Hello, long time lurker, first time poster here.

Been thinking a lot lately about how to prepare for 1) the coming Crisis climax, and 2) the coming High. In The Fourth Turning, S&H make reference to acting or behaving "pre-seasonally" -- that is, in a way that reflects or demands the nature or needs of the upcoming turning. (I think I've got that term right; please correct if I'm wrong. Too lazy to check the book.) Indeed, this is part of what is needed to bring it on. And it's not necessarily a deliberate choice in all cases; many typical members of a generation act this way based purely on instinct.

I am a 1989 Millennial in Canada and I'm more or less convinced that a cold civil war fueled by digital disinformation is coming south of the border within the next couple of years.

I don't have to do much, personally, to prepare for an outright civil American conflict up here in my snowy neck of the woods. My countryfolk have the privilege of being influenced by American culture but not directly impacted by its fallout. Yes, we have our share of problems as well, but not nearly at the same intensity.

What I *would* like to prepare for, however, is the High. Even before reading S&H, I've always been civic-minded. I would like to position myself and my family to take the best advantage of and contribute positively toward the coming High. I look forward to being part of the new GI Generation, fighting for and subsequently benefiting from massive civic improvements. I'm sick of following and ready to lead.

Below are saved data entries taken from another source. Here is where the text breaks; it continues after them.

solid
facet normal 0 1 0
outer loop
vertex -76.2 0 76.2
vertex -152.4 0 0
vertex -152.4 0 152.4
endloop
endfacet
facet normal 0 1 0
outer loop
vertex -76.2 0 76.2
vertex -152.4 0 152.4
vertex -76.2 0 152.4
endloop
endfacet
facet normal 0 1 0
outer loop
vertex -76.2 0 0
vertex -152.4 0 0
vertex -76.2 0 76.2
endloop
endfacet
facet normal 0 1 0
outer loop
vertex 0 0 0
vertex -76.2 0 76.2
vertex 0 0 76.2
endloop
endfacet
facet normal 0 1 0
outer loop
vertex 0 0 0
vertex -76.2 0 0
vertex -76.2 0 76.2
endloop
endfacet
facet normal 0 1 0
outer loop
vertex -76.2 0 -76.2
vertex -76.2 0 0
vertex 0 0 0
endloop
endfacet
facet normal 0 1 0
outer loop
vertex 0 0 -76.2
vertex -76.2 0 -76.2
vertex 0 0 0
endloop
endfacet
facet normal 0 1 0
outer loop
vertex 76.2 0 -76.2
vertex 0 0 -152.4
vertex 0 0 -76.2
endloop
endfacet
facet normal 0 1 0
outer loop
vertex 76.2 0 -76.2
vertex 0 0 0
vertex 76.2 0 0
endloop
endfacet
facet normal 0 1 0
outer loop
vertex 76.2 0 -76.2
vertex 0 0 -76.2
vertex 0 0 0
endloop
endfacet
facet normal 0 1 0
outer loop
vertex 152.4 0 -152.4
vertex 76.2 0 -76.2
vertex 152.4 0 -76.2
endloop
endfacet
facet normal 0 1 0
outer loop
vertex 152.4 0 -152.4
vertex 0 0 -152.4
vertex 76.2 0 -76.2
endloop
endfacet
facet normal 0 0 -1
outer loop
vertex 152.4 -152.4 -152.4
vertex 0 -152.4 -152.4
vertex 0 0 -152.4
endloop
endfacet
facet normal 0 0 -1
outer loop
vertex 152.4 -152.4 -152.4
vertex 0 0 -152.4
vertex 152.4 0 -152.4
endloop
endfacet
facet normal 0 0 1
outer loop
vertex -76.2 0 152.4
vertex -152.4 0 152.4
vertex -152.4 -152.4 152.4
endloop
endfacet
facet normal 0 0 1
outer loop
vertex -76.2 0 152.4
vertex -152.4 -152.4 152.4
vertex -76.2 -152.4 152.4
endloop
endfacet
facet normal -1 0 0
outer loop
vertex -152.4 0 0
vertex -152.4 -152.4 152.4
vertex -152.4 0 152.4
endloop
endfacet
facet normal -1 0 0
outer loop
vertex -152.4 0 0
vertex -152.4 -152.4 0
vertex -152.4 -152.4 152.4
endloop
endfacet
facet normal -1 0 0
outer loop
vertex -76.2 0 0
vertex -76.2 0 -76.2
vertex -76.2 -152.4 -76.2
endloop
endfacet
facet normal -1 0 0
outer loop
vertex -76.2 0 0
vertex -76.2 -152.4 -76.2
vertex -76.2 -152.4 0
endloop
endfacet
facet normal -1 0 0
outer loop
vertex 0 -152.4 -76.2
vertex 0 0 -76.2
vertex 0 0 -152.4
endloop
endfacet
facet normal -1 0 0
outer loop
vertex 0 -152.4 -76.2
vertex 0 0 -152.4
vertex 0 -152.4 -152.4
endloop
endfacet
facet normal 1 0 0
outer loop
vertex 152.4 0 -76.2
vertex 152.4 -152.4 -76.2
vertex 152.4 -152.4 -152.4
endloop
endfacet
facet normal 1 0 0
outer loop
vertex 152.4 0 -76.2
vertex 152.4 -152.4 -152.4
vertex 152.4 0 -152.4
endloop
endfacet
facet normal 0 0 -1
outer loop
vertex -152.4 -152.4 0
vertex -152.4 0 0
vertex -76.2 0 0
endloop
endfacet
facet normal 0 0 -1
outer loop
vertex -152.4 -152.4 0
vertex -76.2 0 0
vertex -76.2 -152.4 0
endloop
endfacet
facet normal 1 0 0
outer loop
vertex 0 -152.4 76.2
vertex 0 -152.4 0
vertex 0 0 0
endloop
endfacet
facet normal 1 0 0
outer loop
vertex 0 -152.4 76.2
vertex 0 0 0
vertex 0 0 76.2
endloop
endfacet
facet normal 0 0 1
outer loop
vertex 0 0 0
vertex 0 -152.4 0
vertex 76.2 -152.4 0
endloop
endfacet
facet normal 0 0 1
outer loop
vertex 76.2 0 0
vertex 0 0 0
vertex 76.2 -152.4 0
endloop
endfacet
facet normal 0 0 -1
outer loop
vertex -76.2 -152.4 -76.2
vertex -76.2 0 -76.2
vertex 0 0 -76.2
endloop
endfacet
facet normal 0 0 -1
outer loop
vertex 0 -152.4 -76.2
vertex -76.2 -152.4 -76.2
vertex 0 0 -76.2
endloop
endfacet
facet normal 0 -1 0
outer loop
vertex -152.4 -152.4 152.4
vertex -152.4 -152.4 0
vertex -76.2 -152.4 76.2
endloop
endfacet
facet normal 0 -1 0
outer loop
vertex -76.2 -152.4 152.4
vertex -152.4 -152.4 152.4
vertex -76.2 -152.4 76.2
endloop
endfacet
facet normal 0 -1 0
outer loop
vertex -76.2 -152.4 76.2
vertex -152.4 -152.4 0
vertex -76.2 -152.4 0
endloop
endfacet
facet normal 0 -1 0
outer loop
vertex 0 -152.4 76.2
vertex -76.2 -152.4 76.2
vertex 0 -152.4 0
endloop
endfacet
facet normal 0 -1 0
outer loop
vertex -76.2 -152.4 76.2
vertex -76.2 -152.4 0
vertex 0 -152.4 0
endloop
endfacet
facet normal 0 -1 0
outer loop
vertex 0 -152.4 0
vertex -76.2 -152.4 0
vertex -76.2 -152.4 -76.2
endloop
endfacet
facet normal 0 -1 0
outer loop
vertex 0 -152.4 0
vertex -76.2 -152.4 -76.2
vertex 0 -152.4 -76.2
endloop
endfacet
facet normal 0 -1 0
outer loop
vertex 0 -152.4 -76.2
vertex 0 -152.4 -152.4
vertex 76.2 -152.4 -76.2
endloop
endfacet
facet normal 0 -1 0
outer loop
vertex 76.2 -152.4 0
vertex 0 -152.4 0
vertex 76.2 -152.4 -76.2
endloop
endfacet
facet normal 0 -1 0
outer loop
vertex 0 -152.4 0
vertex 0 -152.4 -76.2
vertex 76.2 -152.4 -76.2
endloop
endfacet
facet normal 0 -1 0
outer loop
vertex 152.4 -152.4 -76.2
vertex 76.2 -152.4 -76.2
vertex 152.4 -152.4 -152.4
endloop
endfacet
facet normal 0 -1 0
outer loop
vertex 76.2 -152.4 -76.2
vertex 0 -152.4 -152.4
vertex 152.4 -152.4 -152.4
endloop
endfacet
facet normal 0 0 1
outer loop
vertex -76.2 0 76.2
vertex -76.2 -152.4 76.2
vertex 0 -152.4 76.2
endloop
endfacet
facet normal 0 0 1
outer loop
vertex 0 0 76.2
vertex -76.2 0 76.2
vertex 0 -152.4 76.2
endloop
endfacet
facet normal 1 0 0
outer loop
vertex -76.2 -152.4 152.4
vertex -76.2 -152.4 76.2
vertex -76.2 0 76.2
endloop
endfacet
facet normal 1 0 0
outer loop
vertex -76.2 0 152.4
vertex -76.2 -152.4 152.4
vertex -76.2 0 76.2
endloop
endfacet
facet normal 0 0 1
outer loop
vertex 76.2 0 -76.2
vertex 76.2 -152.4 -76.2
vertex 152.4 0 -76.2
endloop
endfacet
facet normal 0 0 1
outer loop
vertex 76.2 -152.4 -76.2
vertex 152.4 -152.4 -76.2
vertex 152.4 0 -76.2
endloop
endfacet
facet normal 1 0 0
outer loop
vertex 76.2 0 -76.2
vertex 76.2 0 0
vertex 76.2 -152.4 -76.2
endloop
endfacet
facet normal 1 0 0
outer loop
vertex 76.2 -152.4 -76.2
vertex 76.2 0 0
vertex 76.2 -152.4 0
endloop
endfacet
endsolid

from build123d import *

# Parameters (mm, degrees)
F0_W      = 152.4
F0_H      = 152.4
F1_DEPTH  = 152.4
F2_W      = 76.2
F2_H      = 76.2
F3_DEPTH  = 271.78
F4_W      = 152.4
F4_H      = 76.2
F5_DEPTH  = 76.2
F6_W      = 76.2
F6_H      = 152.4
F7_DEPTH  = 76.2
F8_W      = 76.2
F8_H      = 152.4
F9_DEPTH  = 76.2
F10_W     = 152.4
F10_H     = 76.2
F11_DEPTH = 76.2


with BuildPart() as f1:
    # F0 (on Front) → F1 (new body)
    with BuildSketch(Plane.XZ):
        Rectangle(F0_W, F0_H)
    extrude(amount=F1_DEPTH)

    # F2 (on face) → F3 (cut)
    with BuildSketch(Plane.XZ.offset(152.4)):
        with Locations((38.1, 38.1)):
            Rectangle(F2_W, F2_H)
    extrude(amount=-F3_DEPTH, mode=Mode.SUBTRACT)

    # F4 (on face) → F5 (join, symmetric)
    with BuildSketch(Plane(origin=(-76.2, 0, 0), x_dir=(0, -1, 0), z_dir=(-1, 0, 0))):
        with Locations((76.2, 38.1)):
            Rectangle(F4_W, F4_H)
    extrude(amount=F5_DEPTH, both=True)

    # F6 (on face) → F7 (join)
    with BuildSketch(Plane(origin=(0, 0, -76.2), x_dir=(1, 0, 0), z_dir=(0, 0, -1))):
        with Locations((38.1, 76.2)):
            Rectangle(F6_W, F6_H)
    extrude(amount=F7_DEPTH)

    # F8 (on face) → F9 (join)
    with BuildSketch(Plane.XY.offset(76.2)):
        with Locations((-114.3, -76.2)):
            Rectangle(F8_W, F8_H)
    extrude(amount=F9_DEPTH)

    # F10 (on face) → F11 (join, symmetric)
    with BuildSketch(Plane.YZ.offset(76.2)):
        with Locations((-76.2, -114.3)):
            Rectangle(F10_W, F10_H)
    extrude(amount=F11_DEPTH, both=True)


solid = f1.part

I predict (and hope) that the Green New Deal in the US will be the cornerstone of the High. This carries some obvious practical implications (say goodbye to oil and gas), but I'm curious if anyone has any thoughts on other aspects of the coming High that should be expected, and how Millennials can position themselves to come out the tail end of the Crisis ready to rebuild society.

One example of what I'm talking about related to the Green New Deal would be the increased reliance on electricity (for car charging, home heating, and so on), and therefore the increased pressure on existing electric grid infrastructure. Some of the grid infrastructure we rely on today is nearing a century old, and occasional power outages simply will not be acceptable anymore. Is a complete North American electric grid re-construction effort undertaken over many years and creating millions of public sector construction jobs (in addition to all the green energy generation jobs) something we can expect? Just one thought. 

Another thought that is less practical and more social is how to better unite as a culture and as a generation. I'm becoming exhausted at anything that is even remotely divisive or even corrective. Even at work, when colleagues disagree about the best approach to do something and it basically winds up never getting done or getting done in a half-assed way to be a "compromise"... I feel like one person or a small team should just do the job, get it done, and so what if it's not perfect? At least it would've accomplished something. We can improve it as we go in real time, in response to real demand, rather than trying to make something perfect from the get-go and ultimately self-sabotaging. I can't wait until I am able to make more executive decisions at work. Especially when in the simplest terms, everyone has the same goals -- it's only the minutiae that people squabble over.

I'm curious to hear anyone else's thoughts on acting pre-seasonally or preparing for the end of a Crisis and beginning of a High. Thanks!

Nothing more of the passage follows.